When I started my new healthy eating journey, I wasn’t following any specific diet plan but I had heard of the slow carb diet. I’m not sure who created it or how long it has been around but it has gained a ton of popularity due to Tim Ferriss’ book The 4-Hour Body. I have been a fan of Tim’s since reading his first book, The 4-Hour Workweek.
I am currently reading The 4-Hour Body and I’m enjoying the information very much. His self-experiments and data are fascinating to me.
If you’re not familiar with his version of the diet, there are several rules to follow:
1. Avoid white carbohydrates – This would include bread, rice, cereal, potatoes, pasta, and fried food with breading. The only exception is 1.5 hours after a resistance training workout at least 20 minutes in length.
2. Eat the same meals over and over – You can basically eat as much as you want of proteins (egg whites, chicken breast or thigh, grass-fed beef, pork), legumes (lentils, pinto beans, black beans), vegetables (spinach, asparagus, peas, mixed vegetables.)

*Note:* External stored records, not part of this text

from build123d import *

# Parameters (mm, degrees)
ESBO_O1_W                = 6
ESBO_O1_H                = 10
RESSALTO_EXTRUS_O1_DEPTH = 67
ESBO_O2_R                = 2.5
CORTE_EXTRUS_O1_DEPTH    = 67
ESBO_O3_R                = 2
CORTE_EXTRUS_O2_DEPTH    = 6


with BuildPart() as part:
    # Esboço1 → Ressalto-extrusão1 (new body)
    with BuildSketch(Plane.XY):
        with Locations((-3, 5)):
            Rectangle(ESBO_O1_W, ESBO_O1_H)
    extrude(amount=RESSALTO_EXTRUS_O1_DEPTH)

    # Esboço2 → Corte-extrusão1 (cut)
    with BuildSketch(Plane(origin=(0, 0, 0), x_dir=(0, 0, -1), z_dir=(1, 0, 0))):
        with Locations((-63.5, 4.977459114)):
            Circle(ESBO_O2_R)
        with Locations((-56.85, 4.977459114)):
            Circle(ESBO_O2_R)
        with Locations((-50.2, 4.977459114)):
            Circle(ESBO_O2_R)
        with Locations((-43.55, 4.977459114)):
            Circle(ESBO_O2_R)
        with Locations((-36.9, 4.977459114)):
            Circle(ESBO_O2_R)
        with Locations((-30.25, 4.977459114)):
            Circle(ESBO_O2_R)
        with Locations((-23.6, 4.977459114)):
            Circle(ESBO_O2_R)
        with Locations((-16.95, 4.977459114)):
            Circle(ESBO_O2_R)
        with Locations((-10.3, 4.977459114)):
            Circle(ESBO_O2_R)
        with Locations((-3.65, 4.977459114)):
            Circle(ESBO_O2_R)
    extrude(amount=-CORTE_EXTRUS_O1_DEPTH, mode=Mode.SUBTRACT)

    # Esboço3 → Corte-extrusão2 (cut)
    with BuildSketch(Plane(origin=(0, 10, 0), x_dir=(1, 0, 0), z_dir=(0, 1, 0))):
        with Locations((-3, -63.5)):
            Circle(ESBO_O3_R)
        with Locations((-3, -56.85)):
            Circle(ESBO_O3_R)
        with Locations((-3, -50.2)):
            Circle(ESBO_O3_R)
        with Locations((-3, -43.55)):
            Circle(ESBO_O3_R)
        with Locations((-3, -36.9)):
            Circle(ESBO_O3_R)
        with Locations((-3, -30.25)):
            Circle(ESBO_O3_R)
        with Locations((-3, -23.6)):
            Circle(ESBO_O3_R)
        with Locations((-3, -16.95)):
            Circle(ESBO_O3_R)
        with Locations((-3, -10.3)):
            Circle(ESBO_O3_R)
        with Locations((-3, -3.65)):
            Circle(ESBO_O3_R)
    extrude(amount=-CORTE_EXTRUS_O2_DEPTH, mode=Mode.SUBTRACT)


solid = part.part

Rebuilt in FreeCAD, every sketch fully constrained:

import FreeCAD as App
import Part
import Sketcher
from FreeCAD import Vector

doc = App.newDocument("Part")
body = doc.addObject("PartDesign::Body", "Body")

# Sketch on XY plane
sketch1 = doc.addObject("Sketcher::SketchObject", "Sketch")
body.addObject(sketch1)
sketch1.AttachmentSupport = (doc.XY_Plane, [""])
sketch1.MapMode = "FlatFace"
sketch1.addGeometry([
    Part.LineSegment(Vector(-6, 10, 0), Vector(-6, 0, 0)),
    Part.LineSegment(Vector(-6, 0, 0), Vector(0, 0, 0)),
    Part.LineSegment(Vector(0, 0, 0), Vector(0, 10, 0)),
    Part.LineSegment(Vector(0, 10, 0), Vector(-6, 10, 0)),
], False)
sketch1.addConstraint([
    Sketcher.Constraint("Coincident", 0, 2, 1, 1),
    Sketcher.Constraint("Coincident", 1, 2, 2, 1),
    Sketcher.Constraint("Coincident", 2, 2, 3, 1),
    Sketcher.Constraint("Coincident", 3, 2, 0, 1),
    Sketcher.Constraint("Vertical", 0),
    Sketcher.Constraint("Horizontal", 1),
    Sketcher.Constraint("Vertical", 2),
    Sketcher.Constraint("Horizontal", 3),
    Sketcher.Constraint("Coincident", 1, 2, -1, 1),
    Sketcher.Constraint("DistanceX", 1, 1, 1, 2, 6.0),
    Sketcher.Constraint("DistanceY", 0, 2, 0, 1, 10.0),
])
pad1 = doc.addObject("PartDesign::Pad", "Pad")
body.addObject(pad1)
pad1.Profile = sketch1
pad1.Length = 67

# Sketch on YZ plane
sketch2 = doc.addObject("Sketcher::SketchObject", "Sketch001")
body.addObject(sketch2)
sketch2.AttachmentSupport = (doc.YZ_Plane, [""])
sketch2.MapMode = "FlatFace"
sketch2.addGeometry([
    Part.Circle(Vector(5, 63.5, 0), Vector(0, 0, 1), 2.5),  # 0
    Part.Circle(Vector(5, 56.9, 0), Vector(0, 0, 1), 2.5),  # 1
    Part.Circle(Vector(5, 50.2, 0), Vector(0, 0, 1), 2.5),  # 2
    Part.Circle(Vector(5, 43.5, 0), Vector(0, 0, 1), 2.5),  # 3
    Part.Circle(Vector(5, 36.9, 0), Vector(0, 0, 1), 2.5),  # 4
    Part.Circle(Vector(5, 30.2, 0), Vector(0, 0, 1), 2.5),  # 5
    Part.Circle(Vector(5, 23.6, 0), Vector(0, 0, 1), 2.5),  # 6
    Part.Circle(Vector(5, 16.9, 0), Vector(0, 0, 1), 2.5),  # 7
    Part.Circle(Vector(5, 10.3, 0), Vector(0, 0, 1), 2.5),  # 8
    Part.Circle(Vector(5, 3.6, 0), Vector(0, 0, 1), 2.5),  # 9
], False)
sketch2.addConstraint([
    Sketcher.Constraint("Equal", 0, 1),
    Sketcher.Constraint("Equal", 1, 2),
    Sketcher.Constraint("Equal", 2, 3),
    Sketcher.Constraint("Equal", 3, 4),
    Sketcher.Constraint("Equal", 4, 5),
    Sketcher.Constraint("Equal", 5, 6),
    Sketcher.Constraint("Equal", 6, 7),
    Sketcher.Constraint("Equal", 7, 8),
    Sketcher.Constraint("Equal", 8, 9),
    Sketcher.Constraint("Vertical", 0, 3, 1, 3),
    Sketcher.Constraint("Vertical", 1, 3, 2, 3),
    Sketcher.Constraint("Vertical", 2, 3, 3, 3),
    Sketcher.Constraint("Vertical", 3, 3, 4, 3),
    Sketcher.Constraint("Vertical", 4, 3, 5, 3),
    Sketcher.Constraint("Vertical", 5, 3, 6, 3),
    Sketcher.Constraint("Vertical", 6, 3, 7, 3),
    Sketcher.Constraint("Vertical", 7, 3, 8, 3),
    Sketcher.Constraint("Vertical", 8, 3, 9, 3),
    Sketcher.Constraint("Diameter", 0, 5.0),
    Sketcher.Constraint("DistanceY", -1, 1, 0, 3, 63.5),
    Sketcher.Constraint("DistanceY", -1, 1, 2, 3, 50.2),
    Sketcher.Constraint("DistanceY", -1, 1, 4, 3, 36.9),
    Sketcher.Constraint("DistanceY", -1, 1, 6, 3, 23.6),
    Sketcher.Constraint("DistanceY", -1, 1, 8, 3, 10.3),
    Sketcher.Constraint("DistanceY", 3, 3, 1, 3, 13.3),
    Sketcher.Constraint("DistanceY", 5, 3, 3, 3, 13.3),
    Sketcher.Constraint("DistanceY", 7, 3, 5, 3, 13.3),
    Sketcher.Constraint("DistanceY", 9, 3, 7, 3, 13.3),
    Sketcher.Constraint("DistanceY", -1, 1, 1, 3, 56.85),
    Sketcher.Constraint("DistanceX", -1, 1, 0, 3, 4.977459),
])
pocket1 = doc.addObject("PartDesign::Pocket", "Pocket")
body.addObject(pocket1)
pocket1.Profile = sketch2
pocket1.Length = 67

# Sketch on XZ plane
sketch3 = doc.addObject("Sketcher::SketchObject", "Sketch002")
body.addObject(sketch3)
sketch3.AttachmentSupport = (doc.XZ_Plane, [""])
sketch3.MapMode = "FlatFace"
sketch3.AttachmentOffset = App.Placement(Vector(0, 0, -10), App.Rotation())
sketch3.addGeometry([
    Part.Circle(Vector(-3, 63.5, 0), Vector(0, 0, 1), 2),  # 0
    Part.Circle(Vector(-3, 56.9, 0), Vector(0, 0, 1), 2),  # 1
    Part.Circle(Vector(-3, 50.2, 0), Vector(0, 0, 1), 2),  # 2
    Part.Circle(Vector(-3, 43.5, 0), Vector(0, 0, 1), 2),  # 3
    Part.Circle(Vector(-3, 36.9, 0), Vector(0, 0, 1), 2),  # 4
    Part.Circle(Vector(-3, 30.2, 0), Vector(0, 0, 1), 2),  # 5
    Part.Circle(Vector(-3, 23.6, 0), Vector(0, 0, 1), 2),  # 6
    Part.Circle(Vector(-3, 16.9, 0), Vector(0, 0, 1), 2),  # 7
    Part.Circle(Vector(-3, 10.3, 0), Vector(0, 0, 1), 2),  # 8
    Part.Circle(Vector(-3, 3.6, 0), Vector(0, 0, 1), 2),  # 9
], False)
sketch3.addConstraint([
    Sketcher.Constraint("Equal", 0, 1),
    Sketcher.Constraint("Equal", 1, 2),
    Sketcher.Constraint("Equal", 2, 3),
    Sketcher.Constraint("Equal", 3, 4),
    Sketcher.Constraint("Equal", 4, 5),
    Sketcher.Constraint("Equal", 5, 6),
    Sketcher.Constraint("Equal", 6, 7),
    Sketcher.Constraint("Equal", 7, 8),
    Sketcher.Constraint("Equal", 8, 9),
    Sketcher.Constraint("Vertical", 0, 3, 1, 3),
    Sketcher.Constraint("Vertical", 1, 3, 2, 3),
    Sketcher.Constraint("Vertical", 2, 3, 3, 3),
    Sketcher.Constraint("Vertical", 3, 3, 4, 3),
    Sketcher.Constraint("Vertical", 4, 3, 5, 3),
    Sketcher.Constraint("Vertical", 5, 3, 6, 3),
    Sketcher.Constraint("Vertical", 6, 3, 7, 3),
    Sketcher.Constraint("Vertical", 7, 3, 8, 3),
    Sketcher.Constraint("Vertical", 8, 3, 9, 3),
    Sketcher.Constraint("Diameter", 0, 4.0),
    Sketcher.Constraint("DistanceX", 0, 3, -1, 1, 3.0),
    Sketcher.Constraint("DistanceY", -1, 1, 0, 3, 63.5),
    Sketcher.Constraint("DistanceY", -1, 1, 2, 3, 50.2),
    Sketcher.Constraint("DistanceY", -1, 1, 4, 3, 36.9),
    Sketcher.Constraint("DistanceY", -1, 1, 6, 3, 23.6),
    Sketcher.Constraint("DistanceY", -1, 1, 8, 3, 10.3),
    Sketcher.Constraint("DistanceY", 3, 3, 1, 3, 13.3),
    Sketcher.Constraint("DistanceY", 5, 3, 3, 3, 13.3),
    Sketcher.Constraint("DistanceY", 7, 3, 5, 3, 13.3),
    Sketcher.Constraint("DistanceY", 9, 3, 7, 3, 13.3),
    Sketcher.Constraint("DistanceY", -1, 1, 1, 3, 56.85),
])
pocket2 = doc.addObject("PartDesign::Pocket", "Pocket001")
body.addObject(pocket2)
pocket2.Profile = sketch3
pocket2.Length = 6
pocket2.Reversed = True

doc.recompute()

3. Don’t drink calories – Stick to water, tea, coffee (without cream), diet soda, and other no calorie/low calorie beverages. Avoid dairy, fruit juice, and normal soft drinks. However, 1 – 2 glasses of red wine per day is fine.
4. Take one day off per week – Allow one day to eat whatever you want and as much as you want. Basically no rules apply on this day. The idea is that spiking your calories at least once a week actually increases fat loss.
The idea of eating whatever I want one day a week is what makes this method of eating very appealing to me. However, even with this “free” day, I still feel the slow carb diet is a bit too restrictive for me. For example, in the book, he also states to avoid fruit during the week and save for your cheat day.
Yet, I like to eat fruit as one of my snacks because it satisfies my sweet tooth and is filling. I’m also not a big fan of eating beans all the time. The beans are used because they are calorically dense. I tried not eating beans and eating extra vegetables but I’d still be hungry afterwards.
Tim also says that there should be no reason to snack with this method of eating. That may work out great for many people but I like having my snacks (healthy of course.)
Can This Diet Work for You?
I’m sure it can if you are disciplined and do not stray from his set of rules. Many people have had great success and you can find many blogs that write specifically about using the slow carb diet.
As for myself, I rather not be that restrictive with my meals. Right now, I do avoid the white carbs for breakfast, lunch, and dinner. Every now and then I’ll have whole wheat toast with my breakfast or as part of my lunch for a sandwich.
What is working for me is to eat as healthy as I can during the week and give myself a treat or two on the weekend. I am not in a hurry to shed pounds so if it takes me a bit longer, that’s fine by me. Have you tried this diet? What are your thoughts?